(Saved entries)

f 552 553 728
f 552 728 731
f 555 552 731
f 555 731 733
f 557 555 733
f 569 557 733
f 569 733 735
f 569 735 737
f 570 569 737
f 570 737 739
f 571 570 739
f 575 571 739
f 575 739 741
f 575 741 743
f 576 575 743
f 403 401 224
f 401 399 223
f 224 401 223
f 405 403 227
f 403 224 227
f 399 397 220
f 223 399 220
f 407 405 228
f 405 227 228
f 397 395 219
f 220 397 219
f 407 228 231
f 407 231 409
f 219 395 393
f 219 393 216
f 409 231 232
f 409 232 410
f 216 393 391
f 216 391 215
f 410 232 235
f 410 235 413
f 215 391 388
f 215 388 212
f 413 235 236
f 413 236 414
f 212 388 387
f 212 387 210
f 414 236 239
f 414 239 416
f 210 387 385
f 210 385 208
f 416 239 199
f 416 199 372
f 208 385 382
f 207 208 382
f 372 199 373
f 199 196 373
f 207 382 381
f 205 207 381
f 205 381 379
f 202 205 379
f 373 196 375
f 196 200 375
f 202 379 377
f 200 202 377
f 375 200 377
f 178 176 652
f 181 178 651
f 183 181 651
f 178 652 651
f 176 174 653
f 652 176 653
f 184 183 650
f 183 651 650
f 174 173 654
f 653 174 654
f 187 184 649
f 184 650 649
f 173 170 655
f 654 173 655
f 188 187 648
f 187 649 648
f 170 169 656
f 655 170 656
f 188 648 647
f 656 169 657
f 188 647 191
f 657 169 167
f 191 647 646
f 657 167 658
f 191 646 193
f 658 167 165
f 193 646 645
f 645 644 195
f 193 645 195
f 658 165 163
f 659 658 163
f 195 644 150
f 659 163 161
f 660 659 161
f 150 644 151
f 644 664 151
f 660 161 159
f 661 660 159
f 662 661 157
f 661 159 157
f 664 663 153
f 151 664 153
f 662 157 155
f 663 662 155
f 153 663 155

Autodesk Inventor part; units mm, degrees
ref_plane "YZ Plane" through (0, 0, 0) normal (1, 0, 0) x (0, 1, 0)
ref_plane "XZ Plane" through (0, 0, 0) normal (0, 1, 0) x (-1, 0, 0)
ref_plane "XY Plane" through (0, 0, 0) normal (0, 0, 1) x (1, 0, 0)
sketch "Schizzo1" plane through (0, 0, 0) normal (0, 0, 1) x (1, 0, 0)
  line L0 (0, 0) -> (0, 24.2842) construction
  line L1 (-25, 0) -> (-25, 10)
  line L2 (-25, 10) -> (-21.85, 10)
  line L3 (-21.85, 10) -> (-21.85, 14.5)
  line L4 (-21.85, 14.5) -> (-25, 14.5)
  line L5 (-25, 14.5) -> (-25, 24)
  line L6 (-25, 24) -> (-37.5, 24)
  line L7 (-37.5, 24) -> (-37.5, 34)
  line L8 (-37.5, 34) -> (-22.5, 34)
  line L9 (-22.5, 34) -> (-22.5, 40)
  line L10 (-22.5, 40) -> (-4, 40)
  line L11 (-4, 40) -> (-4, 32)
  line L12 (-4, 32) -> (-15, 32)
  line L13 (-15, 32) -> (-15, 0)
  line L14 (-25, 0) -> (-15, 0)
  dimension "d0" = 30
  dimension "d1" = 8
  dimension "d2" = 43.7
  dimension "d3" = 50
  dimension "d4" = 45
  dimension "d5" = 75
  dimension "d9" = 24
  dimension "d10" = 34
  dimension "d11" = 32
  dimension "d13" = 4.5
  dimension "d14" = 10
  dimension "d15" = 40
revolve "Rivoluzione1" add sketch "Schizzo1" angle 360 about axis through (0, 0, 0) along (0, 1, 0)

### Problem to solve
Whatever appears in the lines above should be copied exactly.

### Your solution
f 552 553 728
f 552 728 731
f 555 552 731
f 555 731 733
f 557 555 733
f 569 557 733
f 569 733 735
f 569 735 737
f 570 569 737
f 570 737 739
f 571 570 739
f 575 571 739
f 575 739 741
f 575 741 743
f 576 575 743
f 403 401 224
f 401 399 223
f 224 401 223
f 405 403 227
f 403 224 227
f 399 397 220
f 223 399 220
f 407 405 228
f 405 227 228
f 397 395 219
f 220 397 219
f 407 228 231
f 407 231 409
f 219 395 393
f 219 393 216
f 409 231 232
f 409 232 410
f 216 393 391
f 216 391 215
f 410 232 235
f 410 235 413
f 215 391 388
f 215 388 212
f 413 235 236
f 413 236 414
f 212 388 387
f 212 387 210
f 414 236 239
f 414 239 416
f 210 387 385
f 210 385 208
f 416 239 199
f 416 199 372
f 208 385 382
f 207 208 382
f 372 199 373
f 199 196 373
f 207 382 381
f 205 207 381
f 205 381 379
f 202 205 379
f 373 196 375
f 196 200 375
f 202 379 377
f 200 202 377
f 375 200 377
f 178 176 652
f 181 178 651
f 183 181 651
f 178 652 651
f 176 174 653
f 652 176 653
f 184 183 650
f 183 651 650
f 174 173 654
f 653 174 654
f 187 184 649
f 184 650 649
f 173 170 655
f 654 173 655
f 188 187 648
f 187 649 648
f 170 169 656
f 655 170 656
f 188 648 647
f 656 169 657
f 188 647 191
f 657 169 167
f 191 647 646
f 657 167 658
f 191 646 193
f 658 167 165
f 193 646 645
f 645 644 195
f 193 645 195
f 658 165 163
f 659 658 163
f 195 644 150
f 659 163 161
f 660 659 161
f 150 644 151
f 644 664 151
f 660 161 159
f 661 660 159
f 662 661 157
f 661 159 157
f 664 663 153
f 151 664 153
f 662 157 155
f 663 662 155
f 153 663 155

Autodesk Inventor part; units mm, degrees
ref_plane "YZ Plane" through (0, 0, 0) normal (1, 0, 0) x (0, 1, 0)
ref_plane "XZ Plane" through (0, 0, 0) normal (0, 1, 0) x (-1, 0, 0)
ref_plane "XY Plane" through (0, 0, 0) normal (0, 0, 1) x (1, 0, 0)
sketch "Schizzo1" plane through (0, 0, 0) normal (0, 0, 1) x (1, 0, 0)
  line L0 (0, 0) -> (0, 24.2842) construction
  line L1 (-25, 0) -> (-25, 10)
  line L2 (-25, 10) -> (-21.85, 10)
  line L3 (-21.85, 10) -> (-21.85, 14.5)
  line L4 (-21.85, 14.5) -> (-25, 14.5)
  line L5 (-25, 14.5) -> (-25, 24)
  line L6 (-25, 24) -> (-37.5, 24)
  line L7 (-37.5, 24) -> (-37.5, 34)
  line L8 (-37.5, 34) -> (-22.5, 34)
  line L9 (-22.5, 34) -> (-22.5, 40)
  line L10 (-22.5, 40) -> (-4, 40)
  line L11 (-4, 40) -> (-4, 32)
  line L12 (-4, 32) -> (-15, 32)
  line L13 (-15, 32) -> (-15, 0)
  line L14 (-25, 0) -> (-15, 0)
  dimension "d0" = 30
  dimension "d1" = 8
  dimension "d2" = 43.7
  dimension "d3" = 50
  dimension "d4" = 45
  dimension "d5" = 75
  dimension "d9" = 24
  dimension "d10" = 34
  dimension "d11" = 32
  dimension "d13" = 4.5
  dimension "d14" = 10
  dimension "d15" = 40
revolve "Rivoluzione1" add sketch "Schizzo1" angle 360 about axis through (0, 0, 0) along (0, 1, 0)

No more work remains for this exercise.